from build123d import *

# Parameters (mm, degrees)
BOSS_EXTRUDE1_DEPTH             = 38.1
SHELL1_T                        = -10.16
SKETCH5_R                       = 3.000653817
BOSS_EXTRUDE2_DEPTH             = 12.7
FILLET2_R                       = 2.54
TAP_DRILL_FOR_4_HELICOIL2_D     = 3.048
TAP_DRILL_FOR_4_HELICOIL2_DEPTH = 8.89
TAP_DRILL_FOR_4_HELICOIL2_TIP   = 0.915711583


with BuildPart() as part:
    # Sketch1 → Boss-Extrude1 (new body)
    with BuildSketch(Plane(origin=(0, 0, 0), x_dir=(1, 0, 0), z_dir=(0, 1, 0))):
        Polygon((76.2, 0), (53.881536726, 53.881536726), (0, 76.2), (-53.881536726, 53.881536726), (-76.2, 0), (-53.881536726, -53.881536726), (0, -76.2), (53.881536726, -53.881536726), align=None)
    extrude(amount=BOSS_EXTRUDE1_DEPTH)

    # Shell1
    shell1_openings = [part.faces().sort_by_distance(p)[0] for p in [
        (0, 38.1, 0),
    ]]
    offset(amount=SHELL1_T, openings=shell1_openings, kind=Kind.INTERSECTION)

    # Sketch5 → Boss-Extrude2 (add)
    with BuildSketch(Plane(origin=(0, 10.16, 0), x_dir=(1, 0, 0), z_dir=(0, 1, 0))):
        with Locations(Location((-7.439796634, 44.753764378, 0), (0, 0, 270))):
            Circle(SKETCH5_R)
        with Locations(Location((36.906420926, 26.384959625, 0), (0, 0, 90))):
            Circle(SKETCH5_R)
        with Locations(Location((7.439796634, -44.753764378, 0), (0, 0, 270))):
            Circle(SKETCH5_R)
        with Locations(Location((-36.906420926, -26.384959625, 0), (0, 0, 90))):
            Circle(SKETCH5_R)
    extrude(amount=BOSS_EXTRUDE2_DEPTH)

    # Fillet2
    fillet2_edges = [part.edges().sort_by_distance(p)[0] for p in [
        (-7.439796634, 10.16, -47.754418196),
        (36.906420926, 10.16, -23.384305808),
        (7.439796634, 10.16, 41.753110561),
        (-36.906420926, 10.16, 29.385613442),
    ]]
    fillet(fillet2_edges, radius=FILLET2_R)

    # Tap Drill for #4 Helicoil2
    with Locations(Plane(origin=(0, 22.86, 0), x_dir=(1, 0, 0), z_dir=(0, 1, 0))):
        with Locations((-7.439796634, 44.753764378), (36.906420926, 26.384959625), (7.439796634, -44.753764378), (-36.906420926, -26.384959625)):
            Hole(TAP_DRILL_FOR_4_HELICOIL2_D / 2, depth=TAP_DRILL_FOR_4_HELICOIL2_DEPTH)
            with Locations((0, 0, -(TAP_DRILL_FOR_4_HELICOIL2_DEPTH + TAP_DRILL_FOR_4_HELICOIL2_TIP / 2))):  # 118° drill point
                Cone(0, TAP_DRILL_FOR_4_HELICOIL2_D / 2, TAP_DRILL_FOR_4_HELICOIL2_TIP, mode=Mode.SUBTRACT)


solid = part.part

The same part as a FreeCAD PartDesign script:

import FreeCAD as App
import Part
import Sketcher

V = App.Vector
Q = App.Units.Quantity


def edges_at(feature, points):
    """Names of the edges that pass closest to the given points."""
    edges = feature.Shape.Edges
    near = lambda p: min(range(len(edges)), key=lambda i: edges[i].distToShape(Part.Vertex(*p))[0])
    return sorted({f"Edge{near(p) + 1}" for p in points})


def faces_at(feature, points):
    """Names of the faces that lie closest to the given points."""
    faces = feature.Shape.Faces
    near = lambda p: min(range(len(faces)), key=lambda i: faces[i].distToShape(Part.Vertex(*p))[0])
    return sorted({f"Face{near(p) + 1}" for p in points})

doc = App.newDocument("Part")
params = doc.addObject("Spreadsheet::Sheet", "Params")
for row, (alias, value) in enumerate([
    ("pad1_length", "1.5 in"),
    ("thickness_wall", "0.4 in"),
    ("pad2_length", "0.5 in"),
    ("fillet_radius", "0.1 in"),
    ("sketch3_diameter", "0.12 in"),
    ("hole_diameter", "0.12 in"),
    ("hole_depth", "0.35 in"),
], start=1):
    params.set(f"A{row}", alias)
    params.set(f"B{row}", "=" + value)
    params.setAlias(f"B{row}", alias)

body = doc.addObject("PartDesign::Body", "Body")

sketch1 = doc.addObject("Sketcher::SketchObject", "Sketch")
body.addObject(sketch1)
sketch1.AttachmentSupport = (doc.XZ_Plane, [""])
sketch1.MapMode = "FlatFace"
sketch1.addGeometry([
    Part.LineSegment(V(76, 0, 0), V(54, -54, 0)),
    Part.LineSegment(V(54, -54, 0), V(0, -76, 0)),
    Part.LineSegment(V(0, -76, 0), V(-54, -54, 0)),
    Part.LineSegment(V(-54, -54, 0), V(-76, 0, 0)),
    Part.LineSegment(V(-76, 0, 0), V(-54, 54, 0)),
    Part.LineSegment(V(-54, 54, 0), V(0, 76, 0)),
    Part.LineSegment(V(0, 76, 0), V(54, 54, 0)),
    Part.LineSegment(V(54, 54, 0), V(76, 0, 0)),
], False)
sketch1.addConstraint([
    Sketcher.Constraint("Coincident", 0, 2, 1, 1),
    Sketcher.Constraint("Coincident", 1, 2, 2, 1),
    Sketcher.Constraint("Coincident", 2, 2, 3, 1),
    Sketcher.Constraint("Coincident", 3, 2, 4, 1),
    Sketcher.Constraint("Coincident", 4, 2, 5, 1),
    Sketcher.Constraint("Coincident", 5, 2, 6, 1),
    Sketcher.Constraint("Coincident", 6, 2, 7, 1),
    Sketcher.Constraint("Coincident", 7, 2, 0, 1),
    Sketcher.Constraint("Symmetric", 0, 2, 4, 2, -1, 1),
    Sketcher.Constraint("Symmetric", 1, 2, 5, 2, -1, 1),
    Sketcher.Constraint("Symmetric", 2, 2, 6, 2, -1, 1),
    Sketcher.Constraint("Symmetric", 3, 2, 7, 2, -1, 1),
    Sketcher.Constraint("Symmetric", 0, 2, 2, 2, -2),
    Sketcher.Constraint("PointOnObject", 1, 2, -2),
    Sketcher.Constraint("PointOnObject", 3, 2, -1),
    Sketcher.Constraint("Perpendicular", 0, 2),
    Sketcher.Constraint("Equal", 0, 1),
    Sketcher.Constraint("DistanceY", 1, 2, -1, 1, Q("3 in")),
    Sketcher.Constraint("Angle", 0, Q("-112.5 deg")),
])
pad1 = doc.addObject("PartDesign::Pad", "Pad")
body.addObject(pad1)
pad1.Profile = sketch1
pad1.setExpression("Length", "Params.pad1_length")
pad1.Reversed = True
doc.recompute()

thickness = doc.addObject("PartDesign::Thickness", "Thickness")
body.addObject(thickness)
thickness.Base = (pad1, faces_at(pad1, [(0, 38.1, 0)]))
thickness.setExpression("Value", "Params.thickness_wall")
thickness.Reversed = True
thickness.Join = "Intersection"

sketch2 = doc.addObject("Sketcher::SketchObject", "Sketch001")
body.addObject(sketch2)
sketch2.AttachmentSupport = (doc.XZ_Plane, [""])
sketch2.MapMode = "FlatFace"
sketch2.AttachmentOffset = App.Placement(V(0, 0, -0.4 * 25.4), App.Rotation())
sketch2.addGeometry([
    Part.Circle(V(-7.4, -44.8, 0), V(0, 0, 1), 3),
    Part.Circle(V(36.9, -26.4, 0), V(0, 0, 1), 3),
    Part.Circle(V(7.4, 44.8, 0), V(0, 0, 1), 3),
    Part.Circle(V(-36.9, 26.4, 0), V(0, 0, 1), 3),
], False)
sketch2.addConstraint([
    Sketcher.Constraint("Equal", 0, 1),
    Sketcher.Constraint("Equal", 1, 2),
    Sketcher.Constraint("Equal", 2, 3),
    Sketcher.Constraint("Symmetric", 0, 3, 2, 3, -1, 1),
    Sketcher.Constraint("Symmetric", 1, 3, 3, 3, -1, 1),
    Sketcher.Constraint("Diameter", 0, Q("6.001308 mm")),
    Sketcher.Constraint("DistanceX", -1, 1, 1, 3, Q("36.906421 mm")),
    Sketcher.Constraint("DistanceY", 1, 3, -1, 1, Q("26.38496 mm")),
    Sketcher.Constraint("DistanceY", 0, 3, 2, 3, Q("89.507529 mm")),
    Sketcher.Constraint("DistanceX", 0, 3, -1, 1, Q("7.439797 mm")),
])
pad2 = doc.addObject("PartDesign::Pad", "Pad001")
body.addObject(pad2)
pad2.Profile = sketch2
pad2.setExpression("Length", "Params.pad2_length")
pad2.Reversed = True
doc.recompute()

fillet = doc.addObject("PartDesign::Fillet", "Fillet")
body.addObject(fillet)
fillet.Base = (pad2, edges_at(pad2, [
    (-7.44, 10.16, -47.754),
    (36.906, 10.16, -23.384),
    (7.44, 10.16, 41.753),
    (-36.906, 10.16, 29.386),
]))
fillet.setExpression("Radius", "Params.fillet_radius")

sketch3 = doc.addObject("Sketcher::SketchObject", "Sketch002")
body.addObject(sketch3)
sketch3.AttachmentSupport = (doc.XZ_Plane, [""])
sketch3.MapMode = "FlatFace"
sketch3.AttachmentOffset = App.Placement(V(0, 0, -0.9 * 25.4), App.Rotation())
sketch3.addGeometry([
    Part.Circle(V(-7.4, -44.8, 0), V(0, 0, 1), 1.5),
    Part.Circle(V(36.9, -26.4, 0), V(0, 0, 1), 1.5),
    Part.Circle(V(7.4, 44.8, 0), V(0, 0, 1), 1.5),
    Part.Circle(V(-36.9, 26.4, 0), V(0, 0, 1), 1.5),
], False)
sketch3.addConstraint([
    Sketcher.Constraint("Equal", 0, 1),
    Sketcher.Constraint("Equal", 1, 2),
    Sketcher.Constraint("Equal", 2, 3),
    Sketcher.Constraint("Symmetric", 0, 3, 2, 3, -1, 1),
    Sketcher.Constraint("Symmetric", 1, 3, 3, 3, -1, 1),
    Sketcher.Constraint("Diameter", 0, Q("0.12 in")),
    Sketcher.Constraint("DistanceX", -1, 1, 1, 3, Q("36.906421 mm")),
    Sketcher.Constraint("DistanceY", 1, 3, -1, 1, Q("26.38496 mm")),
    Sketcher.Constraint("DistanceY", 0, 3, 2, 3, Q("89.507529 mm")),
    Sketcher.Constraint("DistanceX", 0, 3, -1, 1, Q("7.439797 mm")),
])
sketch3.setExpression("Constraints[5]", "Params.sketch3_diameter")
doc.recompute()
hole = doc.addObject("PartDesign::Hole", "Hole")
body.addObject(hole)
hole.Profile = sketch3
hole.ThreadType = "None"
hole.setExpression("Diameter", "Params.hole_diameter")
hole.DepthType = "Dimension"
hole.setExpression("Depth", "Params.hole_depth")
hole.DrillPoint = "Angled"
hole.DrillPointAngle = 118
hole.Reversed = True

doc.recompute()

| EXERCISE DESCRIPTION |
The lines above that hold the string "Locations" are to be located and copied.

| YOUR RESPONSE |
        with Locations(Location((-7.439796634, 44.753764378, 0), (0, 0, 270))):
        with Locations(Location((36.906420926, 26.384959625, 0), (0, 0, 90))):
        with Locations(Location((7.439796634, -44.753764378, 0), (0, 0, 270))):
        with Locations(Location((-36.906420926, -26.384959625, 0), (0, 0, 90))):
    with Locations(Plane(origin=(0, 22.86, 0), x_dir=(1, 0, 0), z_dir=(0, 1, 0))):
        with Locations((-7.439796634, 44.753764378), (36.906420926, 26.384959625), (7.439796634, -44.753764378), (-36.906420926, -26.384959625)):
            with Locations((0, 0, -(TAP_DRILL_FOR_4_HELICOIL2_DEPTH + TAP_DRILL_FOR_4_HELICOIL2_TIP / 2))):  # 118° drill point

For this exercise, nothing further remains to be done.